James Berry, CEO, explores effects of the cost of living crisis on the workforce and how employers can help.
The effects of the cost of living crisis continue to leave millions of UK households worried about their current and future financial situations. In fact, a report by the FCA found that just over 1 in 2 UK adults – the equivalent of 28.4 million people – were more anxious or stressed as a result of the economy.
This is little surprise when inflation continues at a high rate and mortgage interest rates are higher than they have been for a generation. Pressure is building for many, with the FCA report also finding that the number of adults who missed bills or credit card payments in three or more of the previous six months went up by 1.4 million: from 4.2 million (8%) in May 2022 to 5.6 million (11%) in January 2023.
Money worries don’t just affect people financially. These stresses can also have a huge effect on people’s physical and mental health - an issue that has been widely reported in British workplaces.
In this article, we will explore the current situation and what employers can do to improve the financial wellbeing of their employees.
Financial worries in the workplace
Research by Evelyn Partners, which surveyed 500 businesses, discovered that 30% of employers believed financial wellbeing amid the cost of living crisis was the biggest concern of their employees. Work/life balance (29%) and mental health (27%) were also considered major concerns for workers. As financial strain can lead to mental health issues like anxiety and depression, more and more businesses across the UK are witnessing employee absenteeism due to stress.
And with 72% of UK workers having been forced to change their lifestyles due to the rising cost of living, businesses should not be surprised by this impact – though they should be concerned. The mental wellbeing of workers is not just a personal issue, but something that will affect businesses if they do not support their employees through these struggles.
A workplace where employees can access affordable solutions easily, and an environment where they feel supported by their employers, can help to reduce stress levels outside of the home.
How can employers help?
Though 68% of UK workers hide their financially-driven mental health concerns from their employers, there are still ways that businesses can be proactive in supporting their workforce during this time. Ultimately, it is not necessarily for workers to speak publicly about their private financial concerns.
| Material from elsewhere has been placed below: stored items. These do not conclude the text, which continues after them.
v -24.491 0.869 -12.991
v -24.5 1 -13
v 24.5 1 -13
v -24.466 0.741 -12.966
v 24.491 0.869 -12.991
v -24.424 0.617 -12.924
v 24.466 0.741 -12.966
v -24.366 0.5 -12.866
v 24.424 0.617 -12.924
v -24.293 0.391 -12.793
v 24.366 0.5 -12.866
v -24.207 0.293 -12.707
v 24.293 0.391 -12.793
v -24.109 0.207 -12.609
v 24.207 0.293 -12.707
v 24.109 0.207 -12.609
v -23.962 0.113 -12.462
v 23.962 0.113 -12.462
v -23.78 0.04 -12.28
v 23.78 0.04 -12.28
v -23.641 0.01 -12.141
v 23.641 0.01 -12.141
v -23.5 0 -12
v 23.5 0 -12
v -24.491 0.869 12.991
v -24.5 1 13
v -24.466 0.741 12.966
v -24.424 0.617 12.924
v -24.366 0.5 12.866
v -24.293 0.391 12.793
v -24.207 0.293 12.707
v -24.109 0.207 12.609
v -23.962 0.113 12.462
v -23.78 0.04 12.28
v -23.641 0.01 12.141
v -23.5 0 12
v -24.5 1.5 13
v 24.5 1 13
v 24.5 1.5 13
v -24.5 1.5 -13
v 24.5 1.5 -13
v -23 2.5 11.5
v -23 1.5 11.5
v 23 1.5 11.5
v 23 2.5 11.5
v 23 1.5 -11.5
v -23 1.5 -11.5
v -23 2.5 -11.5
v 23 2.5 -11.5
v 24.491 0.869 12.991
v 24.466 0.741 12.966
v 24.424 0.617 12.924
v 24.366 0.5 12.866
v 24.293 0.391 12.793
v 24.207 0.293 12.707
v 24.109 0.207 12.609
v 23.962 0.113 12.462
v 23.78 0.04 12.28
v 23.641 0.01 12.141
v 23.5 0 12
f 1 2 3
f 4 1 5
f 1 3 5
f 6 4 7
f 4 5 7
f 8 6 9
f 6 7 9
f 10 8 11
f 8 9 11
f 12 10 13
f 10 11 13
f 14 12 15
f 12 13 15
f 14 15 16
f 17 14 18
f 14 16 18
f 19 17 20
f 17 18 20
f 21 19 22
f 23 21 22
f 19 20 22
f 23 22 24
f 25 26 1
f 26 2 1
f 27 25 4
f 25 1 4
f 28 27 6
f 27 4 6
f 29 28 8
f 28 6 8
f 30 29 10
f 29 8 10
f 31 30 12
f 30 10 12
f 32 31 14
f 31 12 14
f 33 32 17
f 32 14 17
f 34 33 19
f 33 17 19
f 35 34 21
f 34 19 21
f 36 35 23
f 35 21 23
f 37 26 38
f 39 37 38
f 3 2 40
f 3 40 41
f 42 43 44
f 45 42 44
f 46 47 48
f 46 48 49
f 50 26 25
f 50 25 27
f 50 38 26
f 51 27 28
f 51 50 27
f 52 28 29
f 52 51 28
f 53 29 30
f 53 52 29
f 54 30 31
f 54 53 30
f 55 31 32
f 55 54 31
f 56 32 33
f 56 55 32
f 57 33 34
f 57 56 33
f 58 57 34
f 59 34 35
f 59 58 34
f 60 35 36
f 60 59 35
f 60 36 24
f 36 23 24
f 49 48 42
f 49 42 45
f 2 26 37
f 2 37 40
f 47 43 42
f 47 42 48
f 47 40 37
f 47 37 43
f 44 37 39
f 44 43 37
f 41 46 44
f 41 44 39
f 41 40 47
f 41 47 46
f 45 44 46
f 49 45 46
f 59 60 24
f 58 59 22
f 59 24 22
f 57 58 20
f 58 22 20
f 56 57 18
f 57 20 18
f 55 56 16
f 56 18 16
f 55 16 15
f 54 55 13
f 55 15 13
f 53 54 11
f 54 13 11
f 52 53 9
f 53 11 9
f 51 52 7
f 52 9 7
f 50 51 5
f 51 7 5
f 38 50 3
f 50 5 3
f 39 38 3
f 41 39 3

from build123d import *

# Parameters (mm, degrees)
SKETCH_1_W      = 49
SKETCH_1_H      = 26
EXTRUDE_1_DEPTH = 1.5
SKETCH_2_W      = 46
SKETCH_2_H      = 23
EXTRUDE_2_DEPTH = 1
FILLET_1_R      = 1


with BuildPart() as part:
    # 草图1 → 凸台-拉伸1 (new body)
    with BuildSketch(Plane(origin=(0, 0, 0), x_dir=(1, 0, 0), z_dir=(0, 1, 0))):
        Rectangle(SKETCH_1_W, SKETCH_1_H)
    extrude(amount=EXTRUDE_1_DEPTH)

    # 草图2 → 凸台-拉伸2 (add)
    with BuildSketch(Plane(origin=(0, 1.5, 0), x_dir=(1, 0, 0), z_dir=(0, 1, 0))):
        Rectangle(SKETCH_2_W, SKETCH_2_H)
    extrude(amount=EXTRUDE_2_DEPTH)

    # 圆角1
    fillet_1_edges = [part.edges().sort_by_distance(p)[0] for p in [
        (0, 0, 13),
        (-24.5, 0, 0),
        (0, 0, -13),
        (24.5, 0, 0),
    ]]
    fillet(fillet_1_edges, radius=FILLET_1_R)


solid = part.part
Instead, employers would be wise to assume that almost all employees are feeling the effects of the cost of living crisis and to put in place measures across the whole workforce that can help to support their employees.
A survey of 1,333 UK workers found that most employers have failed to support those with lower incomes during the cost of living crisis. And as a result, 44% of employees would leave their current jobs to work for an employer that provides better financial wellbeing support. So it is in the interest of businesses to step up and help their workers to improve workplace satisfaction.
And with 40% of offices having introduced cost of living support, it shows that the tide is already beginning to turn, leaving those employers who haven’t yet introduced a full package of support potentially at risk of increased staff turnover.
Employers can adopt policies such as wellness programmes, education on budgeting and offering a payroll advance to ease the burden for employees. This can even extend to increasing salaries in line with inflation and providing payroll-linked savings and loan schemes to make savings and repayments simpler.
What we're doing to support workers
Here at Great Western Credit Union, our Money@Work scheme helps to support 42,000 people across 38 organisations to access ethical savings and affordable loans directly through their payroll. Through national research as well as feedback from our members, we know that payroll-linked lending or saving makes a big impact on an individual’s financial resilience and wellbeing – which is never more needed in these difficult times.
The scheme also provides resources and information to help staff to develop other good money habits, helping them to avoid cycles of debt. Because of our regional focus, cooperative structure and not-for-profit, ethical values, these activities also help people and businesses in the region to survive and thrive amidst a very tough economic climate.
Our Money@Work scheme is also a major focus of our current Bond Offer raise, which aims to help make purpose-driven finance more accessible across the UK. With just under a month left, we’re looking at reaching closer to our overall stretch target of £2m, inclusive of continued Fair4All Finance pound-for-pound match funding.